*Work order:* One range is to be output from the listing below, exactly as written: the line with "f 216 200 204" to the line with "f 316 272 271", both kept.

*Source information:*
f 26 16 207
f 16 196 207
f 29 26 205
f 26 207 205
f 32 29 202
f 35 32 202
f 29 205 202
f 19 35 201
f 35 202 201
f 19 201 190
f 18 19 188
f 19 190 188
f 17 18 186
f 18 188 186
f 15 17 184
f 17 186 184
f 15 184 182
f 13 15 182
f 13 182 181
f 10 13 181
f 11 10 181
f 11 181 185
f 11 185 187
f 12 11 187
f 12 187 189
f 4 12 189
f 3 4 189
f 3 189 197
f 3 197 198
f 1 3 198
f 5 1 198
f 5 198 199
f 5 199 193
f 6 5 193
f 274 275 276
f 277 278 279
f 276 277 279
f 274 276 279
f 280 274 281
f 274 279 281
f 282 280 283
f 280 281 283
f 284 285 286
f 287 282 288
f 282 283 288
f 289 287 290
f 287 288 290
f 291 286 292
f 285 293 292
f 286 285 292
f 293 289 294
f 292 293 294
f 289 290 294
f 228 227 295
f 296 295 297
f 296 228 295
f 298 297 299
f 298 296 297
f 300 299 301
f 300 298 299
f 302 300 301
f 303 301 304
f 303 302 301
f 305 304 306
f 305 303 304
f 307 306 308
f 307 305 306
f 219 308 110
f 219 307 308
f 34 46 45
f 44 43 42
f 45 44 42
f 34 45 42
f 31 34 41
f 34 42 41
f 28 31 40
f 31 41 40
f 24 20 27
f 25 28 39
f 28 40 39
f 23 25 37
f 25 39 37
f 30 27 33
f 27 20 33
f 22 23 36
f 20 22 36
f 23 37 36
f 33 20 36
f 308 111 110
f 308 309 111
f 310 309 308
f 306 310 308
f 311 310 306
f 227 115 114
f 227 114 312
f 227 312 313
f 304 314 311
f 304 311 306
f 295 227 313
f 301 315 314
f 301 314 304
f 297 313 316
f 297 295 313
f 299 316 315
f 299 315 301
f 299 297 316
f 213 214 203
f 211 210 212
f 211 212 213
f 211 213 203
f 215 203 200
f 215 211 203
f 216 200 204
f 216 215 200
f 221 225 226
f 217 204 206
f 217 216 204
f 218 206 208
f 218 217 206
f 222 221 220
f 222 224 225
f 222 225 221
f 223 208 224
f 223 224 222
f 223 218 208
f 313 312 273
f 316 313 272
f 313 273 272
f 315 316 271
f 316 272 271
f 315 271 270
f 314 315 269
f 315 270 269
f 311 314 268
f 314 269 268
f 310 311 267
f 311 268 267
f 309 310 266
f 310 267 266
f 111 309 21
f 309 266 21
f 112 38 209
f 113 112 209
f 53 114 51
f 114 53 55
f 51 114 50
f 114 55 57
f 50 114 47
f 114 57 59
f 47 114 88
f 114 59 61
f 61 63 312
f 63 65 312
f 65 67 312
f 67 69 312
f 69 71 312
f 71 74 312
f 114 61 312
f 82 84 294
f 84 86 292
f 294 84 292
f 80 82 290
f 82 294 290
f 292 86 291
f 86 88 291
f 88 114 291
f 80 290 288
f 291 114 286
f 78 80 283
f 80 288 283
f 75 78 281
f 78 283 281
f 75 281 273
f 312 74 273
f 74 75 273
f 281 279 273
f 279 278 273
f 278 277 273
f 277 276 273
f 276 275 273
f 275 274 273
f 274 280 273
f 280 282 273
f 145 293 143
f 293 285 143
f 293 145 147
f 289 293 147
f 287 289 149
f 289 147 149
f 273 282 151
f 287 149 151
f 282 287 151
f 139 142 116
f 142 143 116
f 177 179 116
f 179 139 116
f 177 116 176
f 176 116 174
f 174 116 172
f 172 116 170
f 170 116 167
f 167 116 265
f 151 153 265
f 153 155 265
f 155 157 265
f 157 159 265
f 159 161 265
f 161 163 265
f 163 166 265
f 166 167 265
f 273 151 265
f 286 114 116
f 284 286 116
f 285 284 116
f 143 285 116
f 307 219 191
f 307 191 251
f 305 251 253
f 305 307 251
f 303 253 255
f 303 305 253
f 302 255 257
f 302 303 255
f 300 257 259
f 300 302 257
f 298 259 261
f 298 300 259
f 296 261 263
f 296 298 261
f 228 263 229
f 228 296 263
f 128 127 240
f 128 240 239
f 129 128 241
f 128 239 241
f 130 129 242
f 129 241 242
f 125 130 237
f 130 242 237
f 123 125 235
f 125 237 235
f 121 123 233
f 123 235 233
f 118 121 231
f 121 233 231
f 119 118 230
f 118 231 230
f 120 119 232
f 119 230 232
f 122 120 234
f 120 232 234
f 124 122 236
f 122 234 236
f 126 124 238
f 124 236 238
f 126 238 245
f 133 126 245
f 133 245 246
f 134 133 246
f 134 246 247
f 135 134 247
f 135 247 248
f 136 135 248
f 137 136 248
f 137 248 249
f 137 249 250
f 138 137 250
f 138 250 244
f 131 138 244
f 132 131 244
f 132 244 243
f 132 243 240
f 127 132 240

--

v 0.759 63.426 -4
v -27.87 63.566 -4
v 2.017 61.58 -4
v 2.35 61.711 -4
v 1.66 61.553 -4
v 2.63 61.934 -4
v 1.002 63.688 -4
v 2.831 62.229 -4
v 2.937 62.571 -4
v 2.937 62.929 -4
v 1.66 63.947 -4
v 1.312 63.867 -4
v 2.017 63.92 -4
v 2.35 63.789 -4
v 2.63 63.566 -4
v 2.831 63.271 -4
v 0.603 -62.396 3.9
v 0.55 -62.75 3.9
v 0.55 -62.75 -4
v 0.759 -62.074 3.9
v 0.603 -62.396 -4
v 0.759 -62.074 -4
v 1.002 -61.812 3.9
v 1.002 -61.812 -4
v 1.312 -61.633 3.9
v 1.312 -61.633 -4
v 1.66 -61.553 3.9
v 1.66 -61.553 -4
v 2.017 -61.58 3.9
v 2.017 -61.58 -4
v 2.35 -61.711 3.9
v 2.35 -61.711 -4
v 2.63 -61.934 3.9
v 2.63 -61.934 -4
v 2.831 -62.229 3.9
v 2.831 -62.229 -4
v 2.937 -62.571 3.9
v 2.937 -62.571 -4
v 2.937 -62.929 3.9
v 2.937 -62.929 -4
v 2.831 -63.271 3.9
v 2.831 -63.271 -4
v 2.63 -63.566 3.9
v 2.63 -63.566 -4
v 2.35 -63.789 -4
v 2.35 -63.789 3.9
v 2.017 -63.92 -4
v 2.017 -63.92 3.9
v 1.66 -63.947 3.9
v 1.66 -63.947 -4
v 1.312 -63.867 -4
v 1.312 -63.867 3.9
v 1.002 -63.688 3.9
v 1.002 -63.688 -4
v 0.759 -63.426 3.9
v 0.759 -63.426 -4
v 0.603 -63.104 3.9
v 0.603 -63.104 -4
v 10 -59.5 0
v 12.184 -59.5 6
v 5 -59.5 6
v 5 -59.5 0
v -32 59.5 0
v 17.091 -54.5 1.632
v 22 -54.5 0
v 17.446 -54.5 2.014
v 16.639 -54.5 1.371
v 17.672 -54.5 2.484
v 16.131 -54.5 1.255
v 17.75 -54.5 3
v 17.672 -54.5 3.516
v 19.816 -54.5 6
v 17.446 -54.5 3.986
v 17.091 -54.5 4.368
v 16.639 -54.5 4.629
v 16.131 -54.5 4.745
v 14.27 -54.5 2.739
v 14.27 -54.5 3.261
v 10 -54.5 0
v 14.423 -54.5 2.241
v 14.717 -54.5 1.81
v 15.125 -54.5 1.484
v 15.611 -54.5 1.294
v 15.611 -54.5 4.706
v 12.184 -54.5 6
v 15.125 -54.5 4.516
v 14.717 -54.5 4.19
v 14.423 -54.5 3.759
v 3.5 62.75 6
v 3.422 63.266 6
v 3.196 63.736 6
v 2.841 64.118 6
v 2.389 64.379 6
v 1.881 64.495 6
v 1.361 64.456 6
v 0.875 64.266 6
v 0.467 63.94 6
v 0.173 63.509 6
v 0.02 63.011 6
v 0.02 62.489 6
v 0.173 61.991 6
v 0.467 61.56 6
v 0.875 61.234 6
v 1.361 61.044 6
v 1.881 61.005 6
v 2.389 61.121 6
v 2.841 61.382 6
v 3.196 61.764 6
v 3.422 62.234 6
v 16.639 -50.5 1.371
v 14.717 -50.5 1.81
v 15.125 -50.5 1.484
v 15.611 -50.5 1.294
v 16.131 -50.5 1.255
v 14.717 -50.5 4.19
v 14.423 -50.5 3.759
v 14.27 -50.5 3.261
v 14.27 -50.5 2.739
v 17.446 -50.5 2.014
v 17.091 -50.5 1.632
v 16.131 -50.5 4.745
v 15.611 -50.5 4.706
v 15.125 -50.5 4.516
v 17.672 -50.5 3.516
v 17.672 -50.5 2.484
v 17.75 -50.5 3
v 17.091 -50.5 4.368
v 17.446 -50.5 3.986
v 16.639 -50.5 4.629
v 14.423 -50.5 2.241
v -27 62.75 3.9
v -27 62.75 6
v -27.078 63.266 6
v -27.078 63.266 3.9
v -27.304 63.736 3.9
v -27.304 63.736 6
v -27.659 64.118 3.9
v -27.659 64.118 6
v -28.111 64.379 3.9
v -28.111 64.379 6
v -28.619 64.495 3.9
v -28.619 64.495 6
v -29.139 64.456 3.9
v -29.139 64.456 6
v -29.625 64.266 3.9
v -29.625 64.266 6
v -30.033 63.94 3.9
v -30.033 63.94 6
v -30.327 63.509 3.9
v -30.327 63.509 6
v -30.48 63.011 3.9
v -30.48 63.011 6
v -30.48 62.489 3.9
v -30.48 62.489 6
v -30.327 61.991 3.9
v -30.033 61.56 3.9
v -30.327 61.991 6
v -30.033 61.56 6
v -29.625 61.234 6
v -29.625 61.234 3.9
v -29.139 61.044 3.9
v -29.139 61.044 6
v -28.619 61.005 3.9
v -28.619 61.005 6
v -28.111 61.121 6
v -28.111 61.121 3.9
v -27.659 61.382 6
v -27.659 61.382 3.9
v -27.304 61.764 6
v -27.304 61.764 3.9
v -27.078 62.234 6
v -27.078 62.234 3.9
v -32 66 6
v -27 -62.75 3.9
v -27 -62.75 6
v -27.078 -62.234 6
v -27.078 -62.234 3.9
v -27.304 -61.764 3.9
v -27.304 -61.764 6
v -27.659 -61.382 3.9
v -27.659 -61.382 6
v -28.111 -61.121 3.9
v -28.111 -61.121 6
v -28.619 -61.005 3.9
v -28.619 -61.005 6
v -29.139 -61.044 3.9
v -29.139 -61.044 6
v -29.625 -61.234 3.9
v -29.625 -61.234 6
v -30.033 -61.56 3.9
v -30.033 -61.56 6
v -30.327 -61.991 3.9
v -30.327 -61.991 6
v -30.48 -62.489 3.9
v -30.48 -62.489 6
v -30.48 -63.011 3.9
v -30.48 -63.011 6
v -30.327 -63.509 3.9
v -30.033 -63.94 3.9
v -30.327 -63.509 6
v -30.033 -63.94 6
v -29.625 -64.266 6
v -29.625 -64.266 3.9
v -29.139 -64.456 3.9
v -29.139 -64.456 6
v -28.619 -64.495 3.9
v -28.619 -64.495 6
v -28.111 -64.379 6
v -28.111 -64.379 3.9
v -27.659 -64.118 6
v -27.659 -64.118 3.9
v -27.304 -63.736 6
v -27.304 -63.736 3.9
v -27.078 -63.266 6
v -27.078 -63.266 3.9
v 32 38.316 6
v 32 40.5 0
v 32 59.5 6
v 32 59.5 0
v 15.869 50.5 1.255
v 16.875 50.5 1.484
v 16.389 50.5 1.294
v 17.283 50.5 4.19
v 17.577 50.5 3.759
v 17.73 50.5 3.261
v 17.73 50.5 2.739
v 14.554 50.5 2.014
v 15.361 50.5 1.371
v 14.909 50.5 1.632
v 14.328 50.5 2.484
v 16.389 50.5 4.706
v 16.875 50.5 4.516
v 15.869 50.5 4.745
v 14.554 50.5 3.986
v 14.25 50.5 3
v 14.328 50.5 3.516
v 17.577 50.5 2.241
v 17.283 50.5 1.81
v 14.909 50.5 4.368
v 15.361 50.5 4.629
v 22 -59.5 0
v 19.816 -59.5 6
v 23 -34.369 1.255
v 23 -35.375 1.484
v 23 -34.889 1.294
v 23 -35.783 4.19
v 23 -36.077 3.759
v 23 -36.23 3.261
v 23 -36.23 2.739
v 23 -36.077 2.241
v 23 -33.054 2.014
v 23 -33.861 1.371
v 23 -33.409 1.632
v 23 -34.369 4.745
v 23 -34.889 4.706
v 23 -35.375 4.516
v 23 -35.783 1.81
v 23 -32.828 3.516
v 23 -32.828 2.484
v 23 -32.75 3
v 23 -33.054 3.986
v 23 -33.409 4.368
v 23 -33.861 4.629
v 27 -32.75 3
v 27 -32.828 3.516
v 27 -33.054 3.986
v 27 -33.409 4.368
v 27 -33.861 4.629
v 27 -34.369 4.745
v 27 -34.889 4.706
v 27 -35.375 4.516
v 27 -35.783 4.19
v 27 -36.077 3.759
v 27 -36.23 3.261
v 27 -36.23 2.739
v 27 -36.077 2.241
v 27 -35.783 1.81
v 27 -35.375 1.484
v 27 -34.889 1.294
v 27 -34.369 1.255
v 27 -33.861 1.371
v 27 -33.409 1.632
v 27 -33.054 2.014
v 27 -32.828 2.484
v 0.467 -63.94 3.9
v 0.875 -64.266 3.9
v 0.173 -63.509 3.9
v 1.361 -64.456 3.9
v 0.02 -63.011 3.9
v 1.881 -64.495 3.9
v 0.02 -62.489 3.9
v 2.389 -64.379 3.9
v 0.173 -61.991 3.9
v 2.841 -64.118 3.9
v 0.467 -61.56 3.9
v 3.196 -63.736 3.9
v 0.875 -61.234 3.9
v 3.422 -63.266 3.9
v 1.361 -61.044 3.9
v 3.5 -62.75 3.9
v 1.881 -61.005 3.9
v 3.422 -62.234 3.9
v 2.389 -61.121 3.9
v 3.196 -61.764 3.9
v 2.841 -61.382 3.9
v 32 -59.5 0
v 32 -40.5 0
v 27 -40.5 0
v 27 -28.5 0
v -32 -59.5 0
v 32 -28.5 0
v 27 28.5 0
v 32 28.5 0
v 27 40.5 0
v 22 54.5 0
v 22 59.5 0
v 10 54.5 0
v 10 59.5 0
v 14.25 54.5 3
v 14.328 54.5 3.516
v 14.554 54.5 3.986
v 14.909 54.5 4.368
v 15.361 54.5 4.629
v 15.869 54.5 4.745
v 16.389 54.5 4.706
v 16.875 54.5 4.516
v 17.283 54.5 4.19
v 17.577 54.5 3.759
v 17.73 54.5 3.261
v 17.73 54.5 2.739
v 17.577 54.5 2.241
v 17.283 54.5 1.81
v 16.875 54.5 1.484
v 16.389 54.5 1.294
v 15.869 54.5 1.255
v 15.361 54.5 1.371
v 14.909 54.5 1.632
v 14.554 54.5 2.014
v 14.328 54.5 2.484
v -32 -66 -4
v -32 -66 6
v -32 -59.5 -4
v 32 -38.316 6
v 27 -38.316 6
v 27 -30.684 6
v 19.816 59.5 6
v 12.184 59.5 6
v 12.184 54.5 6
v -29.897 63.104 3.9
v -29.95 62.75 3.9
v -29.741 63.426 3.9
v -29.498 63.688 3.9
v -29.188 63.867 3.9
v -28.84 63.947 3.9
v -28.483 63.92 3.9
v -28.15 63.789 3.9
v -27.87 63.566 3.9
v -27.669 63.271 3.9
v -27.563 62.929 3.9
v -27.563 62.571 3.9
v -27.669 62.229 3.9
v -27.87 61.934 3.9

*Answer:*
f 216 200 204
f 216 215 200
f 221 225 226
f 217 204 206
f 217 216 204
f 218 206 208
f 218 217 206
f 222 221 220
f 222 224 225
f 222 225 221
f 223 208 224
f 223 224 222
f 223 218 208
f 313 312 273
f 316 313 272
f 313 273 272
f 315 316 271
f 316 272 271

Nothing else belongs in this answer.